- **Directions**: Give the records once more, exactly as they stand.

- **Extracted records**:
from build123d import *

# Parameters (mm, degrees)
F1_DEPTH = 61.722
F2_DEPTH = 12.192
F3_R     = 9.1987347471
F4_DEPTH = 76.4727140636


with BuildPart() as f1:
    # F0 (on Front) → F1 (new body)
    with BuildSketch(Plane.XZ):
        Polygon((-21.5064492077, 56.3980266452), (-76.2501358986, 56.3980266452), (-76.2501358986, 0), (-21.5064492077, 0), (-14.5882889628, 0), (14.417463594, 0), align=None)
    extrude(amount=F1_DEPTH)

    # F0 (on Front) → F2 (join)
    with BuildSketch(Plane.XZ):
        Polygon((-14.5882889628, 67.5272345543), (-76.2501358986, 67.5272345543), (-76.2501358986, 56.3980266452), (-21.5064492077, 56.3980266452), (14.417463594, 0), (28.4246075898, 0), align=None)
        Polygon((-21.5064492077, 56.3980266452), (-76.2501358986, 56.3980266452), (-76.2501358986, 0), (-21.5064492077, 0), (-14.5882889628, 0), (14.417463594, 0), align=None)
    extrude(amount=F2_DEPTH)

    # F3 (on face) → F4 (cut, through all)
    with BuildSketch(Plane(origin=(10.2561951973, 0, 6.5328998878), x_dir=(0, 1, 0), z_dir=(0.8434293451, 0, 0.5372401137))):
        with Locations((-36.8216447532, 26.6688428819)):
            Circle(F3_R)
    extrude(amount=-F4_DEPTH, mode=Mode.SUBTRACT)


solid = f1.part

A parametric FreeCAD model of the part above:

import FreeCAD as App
import Part
import Sketcher
Q = App.Units.Quantity


def add_polygon(sketch, points):
    """Adds a closed chain of lines whose ends are joined by coincident constraints."""
    first, n = sketch.GeometryCount, len(points)
    for a, b in zip(points, points[1:] + points[:1]):
        sketch.addGeometry(Part.LineSegment(App.Vector(*a, 0), App.Vector(*b, 0)), False)
    for i in range(n):
        sketch.addConstraint(Sketcher.Constraint("Coincident", first + i, 2, first + (i + 1) % n, 1))

doc = App.newDocument("Part")
body = doc.addObject("PartDesign::Body", "Body")

# Sketch on XZ plane
sketch1 = doc.addObject("Sketcher::SketchObject", "Sketch")
body.addObject(sketch1)
sketch1.AttachmentSupport = (doc.XZ_Plane, [""])
sketch1.MapMode = "FlatFace"
add_polygon(sketch1, [(-22, 56), (-76, 56), (-76, 0), (14, 0)])  # lines 0-3
sketch1.addConstraint(Sketcher.Constraint("Horizontal", 0))
sketch1.addConstraint(Sketcher.Constraint("Vertical", 1))
sketch1.addConstraint(Sketcher.Constraint("Horizontal", 2))
sketch1.addConstraint(Sketcher.Constraint("PointOnObject", 1, 2, -1))
sketch1.addConstraint(Sketcher.Constraint("DistanceX", 2, 1, 2, 2, 90.667599))
sketch1.addConstraint(Sketcher.Constraint("DistanceX", 0, 2, 0, 1, 54.743687))
sketch1.addConstraint(Sketcher.Constraint("DistanceY", 1, 2, 1, 1, 56.398027))
sketch1.addConstraint(Sketcher.Constraint("DistanceX", 3, 2, -1, 1, 21.506449))
pad1 = doc.addObject("PartDesign::Pad", "Pad")
body.addObject(pad1)
pad1.Profile = sketch1
pad1.Length = Q("2.43 in")

# Sketch on XZ plane
sketch2 = doc.addObject("Sketcher::SketchObject", "Sketch001")
body.addObject(sketch2)
sketch2.AttachmentSupport = (doc.XZ_Plane, [""])
sketch2.MapMode = "FlatFace"
add_polygon(sketch2, [(-15, 68), (-76, 68), (-76, 0), (28, 0)])  # lines 0-3
sketch2.addConstraint(Sketcher.Constraint("Horizontal", 0))
sketch2.addConstraint(Sketcher.Constraint("Vertical", 1))
sketch2.addConstraint(Sketcher.Constraint("Horizontal", 2))
sketch2.addConstraint(Sketcher.Constraint("PointOnObject", 1, 2, -1))
sketch2.addConstraint(Sketcher.Constraint("DistanceX", 0, 2, 0, 1, 61.661847))
sketch2.addConstraint(Sketcher.Constraint("DistanceX", 2, 1, 2, 2, 104.674743))
sketch2.addConstraint(Sketcher.Constraint("DistanceY", 1, 2, 1, 1, 67.527235))
sketch2.addConstraint(Sketcher.Constraint("DistanceX", 3, 2, -1, 1, 14.588289))
pad2 = doc.addObject("PartDesign::Pad", "Pad001")
body.addObject(pad2)
pad2.Profile = sketch2
pad2.Length = Q("0.48 in")

# Sketch on an angled plane
sketch3 = doc.addObject("Sketcher::SketchObject", "Sketch002")
body.addObject(sketch3)
sketch3.Placement = App.Placement(App.Vector(10.256195, 0, 6.5329), App.Rotation(App.Vector(0, 1, 0), App.Vector(-0.537240114, 0, 0.843429345), App.Vector(0.843429345, 0, 0.537240114), "ZXY"))
sketch3.addGeometry(Part.Circle(App.Vector(-37, 27, 0), App.Vector(0, 0, 1), 9), False)
sketch3.addConstraint(Sketcher.Constraint("Diameter", 0, 18.397469))
sketch3.addConstraint(Sketcher.Constraint("DistanceX", 0, 3, -1, 1, 36.821645))
sketch3.addConstraint(Sketcher.Constraint("DistanceY", -1, 1, 0, 3, 26.668843))
pocket1 = doc.addObject("PartDesign::Pocket", "Pocket")
body.addObject(pocket1)
pocket1.Profile = sketch3
pocket1.Type = "ThroughAll"

doc.recompute()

- **Task answer**:
from build123d import *

# Parameters (mm, degrees)
F1_DEPTH = 61.722
F2_DEPTH = 12.192
F3_R     = 9.1987347471
F4_DEPTH = 76.4727140636


with BuildPart() as f1:
    # F0 (on Front) → F1 (new body)
    with BuildSketch(Plane.XZ):
        Polygon((-21.5064492077, 56.3980266452), (-76.2501358986, 56.3980266452), (-76.2501358986, 0), (-21.5064492077, 0), (-14.5882889628, 0), (14.417463594, 0), align=None)
    extrude(amount=F1_DEPTH)

    # F0 (on Front) → F2 (join)
    with BuildSketch(Plane.XZ):
        Polygon((-14.5882889628, 67.5272345543), (-76.2501358986, 67.5272345543), (-76.2501358986, 56.3980266452), (-21.5064492077, 56.3980266452), (14.417463594, 0), (28.4246075898, 0), align=None)
        Polygon((-21.5064492077, 56.3980266452), (-76.2501358986, 56.3980266452), (-76.2501358986, 0), (-21.5064492077, 0), (-14.5882889628, 0), (14.417463594, 0), align=None)
    extrude(amount=F2_DEPTH)

    # F3 (on face) → F4 (cut, through all)
    with BuildSketch(Plane(origin=(10.2561951973, 0, 6.5328998878), x_dir=(0, 1, 0), z_dir=(0.8434293451, 0, 0.5372401137))):
        with Locations((-36.8216447532, 26.6688428819)):
            Circle(F3_R)
    extrude(amount=-F4_DEPTH, mode=Mode.SUBTRACT)


solid = f1.part

A parametric FreeCAD model of the part above:

import FreeCAD as App
import Part
import Sketcher
Q = App.Units.Quantity


def add_polygon(sketch, points):
    """Adds a closed chain of lines whose ends are joined by coincident constraints."""
    first, n = sketch.GeometryCount, len(points)
    for a, b in zip(points, points[1:] + points[:1]):
        sketch.addGeometry(Part.LineSegment(App.Vector(*a, 0), App.Vector(*b, 0)), False)
    for i in range(n):
        sketch.addConstraint(Sketcher.Constraint("Coincident", first + i, 2, first + (i + 1) % n, 1))

doc = App.newDocument("Part")
body = doc.addObject("PartDesign::Body", "Body")

# Sketch on XZ plane
sketch1 = doc.addObject("Sketcher::SketchObject", "Sketch")
body.addObject(sketch1)
sketch1.AttachmentSupport = (doc.XZ_Plane, [""])
sketch1.MapMode = "FlatFace"
add_polygon(sketch1, [(-22, 56), (-76, 56), (-76, 0), (14, 0)])  # lines 0-3
sketch1.addConstraint(Sketcher.Constraint("Horizontal", 0))
sketch1.addConstraint(Sketcher.Constraint("Vertical", 1))
sketch1.addConstraint(Sketcher.Constraint("Horizontal", 2))
sketch1.addConstraint(Sketcher.Constraint("PointOnObject", 1, 2, -1))
sketch1.addConstraint(Sketcher.Constraint("DistanceX", 2, 1, 2, 2, 90.667599))
sketch1.addConstraint(Sketcher.Constraint("DistanceX", 0, 2, 0, 1, 54.743687))
sketch1.addConstraint(Sketcher.Constraint("DistanceY", 1, 2, 1, 1, 56.398027))
sketch1.addConstraint(Sketcher.Constraint("DistanceX", 3, 2, -1, 1, 21.506449))
pad1 = doc.addObject("PartDesign::Pad", "Pad")
body.addObject(pad1)
pad1.Profile = sketch1
pad1.Length = Q("2.43 in")

# Sketch on XZ plane
sketch2 = doc.addObject("Sketcher::SketchObject", "Sketch001")
body.addObject(sketch2)
sketch2.AttachmentSupport = (doc.XZ_Plane, [""])
sketch2.MapMode = "FlatFace"
add_polygon(sketch2, [(-15, 68), (-76, 68), (-76, 0), (28, 0)])  # lines 0-3
sketch2.addConstraint(Sketcher.Constraint("Horizontal", 0))
sketch2.addConstraint(Sketcher.Constraint("Vertical", 1))
sketch2.addConstraint(Sketcher.Constraint("Horizontal", 2))
sketch2.addConstraint(Sketcher.Constraint("PointOnObject", 1, 2, -1))
sketch2.addConstraint(Sketcher.Constraint("DistanceX", 0, 2, 0, 1, 61.661847))
sketch2.addConstraint(Sketcher.Constraint("DistanceX", 2, 1, 2, 2, 104.674743))
sketch2.addConstraint(Sketcher.Constraint("DistanceY", 1, 2, 1, 1, 67.527235))
sketch2.addConstraint(Sketcher.Constraint("DistanceX", 3, 2, -1, 1, 14.588289))
pad2 = doc.addObject("PartDesign::Pad", "Pad001")
body.addObject(pad2)
pad2.Profile = sketch2
pad2.Length = Q("0.48 in")

# Sketch on an angled plane
sketch3 = doc.addObject("Sketcher::SketchObject", "Sketch002")
body.addObject(sketch3)
sketch3.Placement = App.Placement(App.Vector(10.256195, 0, 6.5329), App.Rotation(App.Vector(0, 1, 0), App.Vector(-0.537240114, 0, 0.843429345), App.Vector(0.843429345, 0, 0.537240114), "ZXY"))
sketch3.addGeometry(Part.Circle(App.Vector(-37, 27, 0), App.Vector(0, 0, 1), 9), False)
sketch3.addConstraint(Sketcher.Constraint("Diameter", 0, 18.397469))
sketch3.addConstraint(Sketcher.Constraint("DistanceX", 0, 3, -1, 1, 36.821645))
sketch3.addConstraint(Sketcher.Constraint("DistanceY", -1, 1, 0, 3, 26.668843))
pocket1 = doc.addObject("PartDesign::Pocket", "Pocket")
body.addObject(pocket1)
pocket1.Profile = sketch3
pocket1.Type = "ThroughAll"

doc.recompute()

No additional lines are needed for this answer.